まともにエサが食えんかい。俺が手で食べさせてやってた。

鼻も口元も、蹄も乳首も痛々しいのに、俺を見つめる目はやさしくてよ。なんだか、向こうがごめんよ~言ってるみたいや。ありがとう言ってるのかなぁ


注射打たれる姿に耐えられんで離れたところから見てたら、獣医師の腕をふりほどいて、こっちに走ってくっとよ。

ひずめが炎症起こして血を流してるもんは、痛いから立ち上がれんでずっと横になってギャーギャー言ってる。でも、立ち上がらせて殺処分するところまで連れて行かんと、重いかいよ。まず鎮痛剤打つっちゃわ。

したら、痛みが取れるもんじゃかい。ひょいっと立ち上がる。でも蹄からも血が出て、腐りよっかい


蹄が取れていくとど・・・赤くなった蹄だけが地面に転がってるんやど・・・

それでも、蹄が無くなった足で、俺の所に駆け寄ってくる


はやくなんとかしちゃれよーーーー!



ある程度の大きさの奴は、電気で殺すっちゃわぁ

でっかい火ばさみみたいな物で、まず頭を挟んでな、スイッチを入れると高圧電流が流れ、失神する。
そしてそのあとに、胸の所を挟んで、心臓に電流を流すとガタガタガタとしびれて心臓を止めて殺すとど・・・かわいそうやんけ。

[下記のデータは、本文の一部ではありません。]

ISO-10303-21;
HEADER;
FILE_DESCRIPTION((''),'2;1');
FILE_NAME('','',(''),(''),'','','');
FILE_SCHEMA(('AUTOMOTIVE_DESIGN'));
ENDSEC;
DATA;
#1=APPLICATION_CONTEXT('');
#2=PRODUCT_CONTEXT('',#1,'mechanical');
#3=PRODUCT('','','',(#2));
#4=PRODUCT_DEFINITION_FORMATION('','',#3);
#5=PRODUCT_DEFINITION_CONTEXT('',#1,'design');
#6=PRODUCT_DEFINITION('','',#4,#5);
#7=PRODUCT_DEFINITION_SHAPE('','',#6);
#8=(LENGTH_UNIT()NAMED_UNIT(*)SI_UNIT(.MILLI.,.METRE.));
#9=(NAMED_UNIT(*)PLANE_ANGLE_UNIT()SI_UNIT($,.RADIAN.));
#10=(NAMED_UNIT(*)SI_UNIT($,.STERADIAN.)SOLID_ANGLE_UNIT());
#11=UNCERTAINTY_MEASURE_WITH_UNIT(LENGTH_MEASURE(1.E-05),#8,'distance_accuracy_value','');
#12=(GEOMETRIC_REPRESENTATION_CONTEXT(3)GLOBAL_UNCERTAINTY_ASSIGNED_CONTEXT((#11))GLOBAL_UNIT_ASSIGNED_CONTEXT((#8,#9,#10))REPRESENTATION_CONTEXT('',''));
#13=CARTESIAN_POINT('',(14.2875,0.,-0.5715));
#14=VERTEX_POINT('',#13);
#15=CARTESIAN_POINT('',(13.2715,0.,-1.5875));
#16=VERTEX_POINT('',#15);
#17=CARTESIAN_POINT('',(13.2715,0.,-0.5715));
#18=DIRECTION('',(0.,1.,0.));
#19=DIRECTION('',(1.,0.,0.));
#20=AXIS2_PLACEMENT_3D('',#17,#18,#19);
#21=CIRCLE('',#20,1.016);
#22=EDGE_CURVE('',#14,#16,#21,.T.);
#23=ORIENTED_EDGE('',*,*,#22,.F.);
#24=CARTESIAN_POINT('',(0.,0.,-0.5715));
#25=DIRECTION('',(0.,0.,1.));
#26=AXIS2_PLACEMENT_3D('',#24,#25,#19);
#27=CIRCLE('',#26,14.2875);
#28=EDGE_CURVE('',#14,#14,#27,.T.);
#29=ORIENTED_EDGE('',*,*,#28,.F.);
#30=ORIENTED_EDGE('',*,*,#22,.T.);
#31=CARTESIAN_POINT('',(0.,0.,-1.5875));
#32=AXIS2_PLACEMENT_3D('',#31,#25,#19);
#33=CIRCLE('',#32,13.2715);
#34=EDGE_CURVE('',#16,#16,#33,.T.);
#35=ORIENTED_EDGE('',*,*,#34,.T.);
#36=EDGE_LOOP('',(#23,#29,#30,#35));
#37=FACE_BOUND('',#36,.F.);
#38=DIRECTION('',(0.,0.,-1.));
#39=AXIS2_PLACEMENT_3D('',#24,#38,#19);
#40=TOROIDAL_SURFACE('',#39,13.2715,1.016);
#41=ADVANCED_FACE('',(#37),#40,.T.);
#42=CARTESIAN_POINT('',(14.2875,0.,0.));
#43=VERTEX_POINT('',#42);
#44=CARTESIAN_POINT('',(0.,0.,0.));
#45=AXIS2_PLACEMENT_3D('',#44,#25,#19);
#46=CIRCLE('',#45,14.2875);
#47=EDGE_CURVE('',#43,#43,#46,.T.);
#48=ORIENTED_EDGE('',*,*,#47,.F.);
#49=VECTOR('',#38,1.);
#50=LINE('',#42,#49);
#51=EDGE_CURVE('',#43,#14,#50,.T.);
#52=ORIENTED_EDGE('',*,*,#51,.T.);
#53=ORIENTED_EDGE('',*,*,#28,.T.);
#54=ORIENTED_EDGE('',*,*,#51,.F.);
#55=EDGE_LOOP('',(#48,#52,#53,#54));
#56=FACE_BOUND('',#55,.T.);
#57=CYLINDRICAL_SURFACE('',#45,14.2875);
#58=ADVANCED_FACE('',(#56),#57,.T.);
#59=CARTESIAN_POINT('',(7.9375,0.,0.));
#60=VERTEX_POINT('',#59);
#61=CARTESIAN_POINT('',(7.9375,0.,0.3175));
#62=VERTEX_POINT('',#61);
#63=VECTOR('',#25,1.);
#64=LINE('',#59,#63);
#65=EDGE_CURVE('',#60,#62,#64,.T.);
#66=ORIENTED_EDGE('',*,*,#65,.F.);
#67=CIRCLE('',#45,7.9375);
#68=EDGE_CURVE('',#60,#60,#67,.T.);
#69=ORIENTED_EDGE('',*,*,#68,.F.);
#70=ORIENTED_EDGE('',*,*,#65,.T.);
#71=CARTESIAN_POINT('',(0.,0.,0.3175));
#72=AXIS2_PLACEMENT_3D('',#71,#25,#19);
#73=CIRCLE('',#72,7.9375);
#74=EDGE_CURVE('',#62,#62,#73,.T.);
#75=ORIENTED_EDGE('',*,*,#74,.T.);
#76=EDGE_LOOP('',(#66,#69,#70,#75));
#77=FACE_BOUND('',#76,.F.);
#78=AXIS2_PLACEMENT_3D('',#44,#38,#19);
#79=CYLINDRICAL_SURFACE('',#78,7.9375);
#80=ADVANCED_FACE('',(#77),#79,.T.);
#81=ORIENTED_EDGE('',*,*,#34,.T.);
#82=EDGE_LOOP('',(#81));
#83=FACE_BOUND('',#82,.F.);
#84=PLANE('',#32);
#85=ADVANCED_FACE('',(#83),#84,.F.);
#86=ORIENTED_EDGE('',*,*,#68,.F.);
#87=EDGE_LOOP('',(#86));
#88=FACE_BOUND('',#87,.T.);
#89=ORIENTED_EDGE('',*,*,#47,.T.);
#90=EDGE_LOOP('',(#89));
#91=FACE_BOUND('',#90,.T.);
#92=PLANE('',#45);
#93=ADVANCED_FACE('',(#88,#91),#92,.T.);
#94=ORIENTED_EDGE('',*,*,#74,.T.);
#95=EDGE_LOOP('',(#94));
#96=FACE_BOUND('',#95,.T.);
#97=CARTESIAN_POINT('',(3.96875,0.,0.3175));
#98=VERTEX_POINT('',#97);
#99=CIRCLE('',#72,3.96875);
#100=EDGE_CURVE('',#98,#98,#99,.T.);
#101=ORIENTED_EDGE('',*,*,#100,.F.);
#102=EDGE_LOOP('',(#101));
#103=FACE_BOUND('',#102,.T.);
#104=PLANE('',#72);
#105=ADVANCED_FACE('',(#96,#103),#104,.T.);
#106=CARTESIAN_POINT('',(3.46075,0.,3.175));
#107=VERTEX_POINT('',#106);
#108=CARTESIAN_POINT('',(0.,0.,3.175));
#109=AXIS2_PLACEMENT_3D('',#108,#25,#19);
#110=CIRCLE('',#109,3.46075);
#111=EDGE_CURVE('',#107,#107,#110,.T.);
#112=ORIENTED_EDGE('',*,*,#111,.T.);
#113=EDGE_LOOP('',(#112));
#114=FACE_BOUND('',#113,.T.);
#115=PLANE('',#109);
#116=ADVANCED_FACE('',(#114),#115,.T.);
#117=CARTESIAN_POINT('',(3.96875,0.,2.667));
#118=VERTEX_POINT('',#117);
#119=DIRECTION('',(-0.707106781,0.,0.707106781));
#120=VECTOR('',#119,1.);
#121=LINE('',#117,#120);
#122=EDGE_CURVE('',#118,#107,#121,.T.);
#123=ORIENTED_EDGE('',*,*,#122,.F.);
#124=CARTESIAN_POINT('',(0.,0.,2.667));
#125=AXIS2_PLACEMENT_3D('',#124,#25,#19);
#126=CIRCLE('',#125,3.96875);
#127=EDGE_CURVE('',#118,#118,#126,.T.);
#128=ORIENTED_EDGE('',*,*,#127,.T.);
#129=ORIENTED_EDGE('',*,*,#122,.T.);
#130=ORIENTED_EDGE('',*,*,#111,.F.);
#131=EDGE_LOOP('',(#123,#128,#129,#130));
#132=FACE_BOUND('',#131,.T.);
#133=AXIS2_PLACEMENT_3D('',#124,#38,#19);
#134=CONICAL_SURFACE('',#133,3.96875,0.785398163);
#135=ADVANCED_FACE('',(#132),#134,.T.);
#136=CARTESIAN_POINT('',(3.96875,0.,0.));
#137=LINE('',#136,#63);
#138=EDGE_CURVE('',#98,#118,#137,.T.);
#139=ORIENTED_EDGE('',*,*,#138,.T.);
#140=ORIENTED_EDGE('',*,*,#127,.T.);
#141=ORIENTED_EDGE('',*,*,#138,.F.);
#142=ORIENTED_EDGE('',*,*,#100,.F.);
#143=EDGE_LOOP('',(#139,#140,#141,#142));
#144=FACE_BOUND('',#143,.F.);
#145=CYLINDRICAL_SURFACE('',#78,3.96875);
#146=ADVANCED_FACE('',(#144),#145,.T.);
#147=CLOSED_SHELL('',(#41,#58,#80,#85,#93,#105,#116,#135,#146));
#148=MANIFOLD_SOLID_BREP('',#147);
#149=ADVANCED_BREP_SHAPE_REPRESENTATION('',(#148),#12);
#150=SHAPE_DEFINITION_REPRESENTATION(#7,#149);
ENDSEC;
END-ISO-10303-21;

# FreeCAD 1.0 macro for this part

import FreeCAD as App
import Part
import Sketcher
Q = App.Units.Quantity


def edges_at(feature, points):
    """Names of the edges that pass closest to the given points."""
    edges = feature.Shape.Edges
    near = lambda p: min(range(len(edges)), key=lambda i: edges[i].distToShape(Part.Vertex(*p))[0])
    return sorted({f"Edge{near(p) + 1}" for p in points})

doc = App.newDocument("Part")
body = doc.addObject("PartDesign::Body", "Body")

# Sketch on XY plane
sketch1 = doc.addObject("Sketcher::SketchObject", "Sketch")
body.addObject(sketch1)
sketch1.AttachmentSupport = (doc.XY_Plane, [""])
sketch1.MapMode = "FlatFace"
sketch1.addGeometry(Part.Circle(App.Vector(0, 0, 0), App.Vector(0, 0, 1), 14.2875), False)
sketch1.addConstraint([
    Sketcher.Constraint("Coincident", 0, 3, -1, 1),
    Sketcher.Constraint("Diameter", 0, Q("1.125 in")),
])
pad1 = doc.addObject("PartDesign::Pad", "Pad")
body.addObject(pad1)
pad1.Profile = sketch1
pad1.Length = Q("0.0625 in")
pad1.Reversed = True

# Sketch on XY plane
sketch2 = doc.addObject("Sketcher::SketchObject", "Sketch001")
body.addObject(sketch2)
sketch2.AttachmentSupport = (doc.XY_Plane, [""])
sketch2.MapMode = "FlatFace"
sketch2.addGeometry(Part.Circle(App.Vector(0, 0, 0), App.Vector(0, 0, 1), 3.96875), False)
sketch2.addConstraint([
    Sketcher.Constraint("Coincident", 0, 3, -1, 1),
    Sketcher.Constraint("Diameter", 0, Q("0.3125 in")),
])
pad2 = doc.addObject("PartDesign::Pad", "Pad001")
body.addObject(pad2)
pad2.Profile = sketch2
pad2.Length = Q("0.125 in")
doc.recompute()

fillet = doc.addObject("PartDesign::Fillet", "Fillet")
body.addObject(fillet)
fillet.Base = (pad2, edges_at(pad2, [(-14.287, 0, -1.587)]))
fillet.Radius = Q("0.04 in")

# Sketch on XY plane
sketch3 = doc.addObject("Sketcher::SketchObject", "Sketch002")
body.addObject(sketch3)
sketch3.AttachmentSupport = (doc.XY_Plane, [""])
sketch3.MapMode = "FlatFace"
sketch3.addGeometry([
    Part.Circle(App.Vector(0, 0, 0), App.Vector(0, 0, 1), 7.9375),
    Part.Circle(App.Vector(0, 0, 0), App.Vector(0, 0, 1), 3.96875),
], False)
sketch3.addConstraint([
    Sketcher.Constraint("Coincident", 0, 3, -1, 1),
    Sketcher.Constraint("Coincident", 1, 3, -1, 1),
    Sketcher.Constraint("Diameter", 0, Q("0.625 in")),
    Sketcher.Constraint("Diameter", 1, Q("0.3125 in")),
])
pad3 = doc.addObject("PartDesign::Pad", "Pad002")
body.addObject(pad3)
pad3.Profile = sketch3
pad3.Length = Q("0.0125 in")
doc.recompute()

chamfer = doc.addObject("PartDesign::Chamfer", "Chamfer")
body.addObject(chamfer)
chamfer.Base = (pad3, edges_at(pad3, [(-3.969, 0, 3.175)]))
chamfer.Size = Q("0.02 in")

doc.recompute()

さっきまで、元気で、震えて泣きよったやつが。突然静かに死体となるんよ。


たださ、時々、その動かなくなった豚を運んでたり、穴の中に落とした時に、生き返って動き出すやつがおるんよ。気絶してただけなんやろうな。哀れでなぁ、また殺さにゃいかん・・・。




まだまだ元気な奴らはさ、どんどん穴ん中に落としていく、みんなで板を使って追いやって穴に落としていく。

一番下に落とされた豚たちは、熱と重さで圧死ししていくけどよ。後から後から落とされた豚は、どんどんジャンプして穴から必死に飛び出ようとするんよ。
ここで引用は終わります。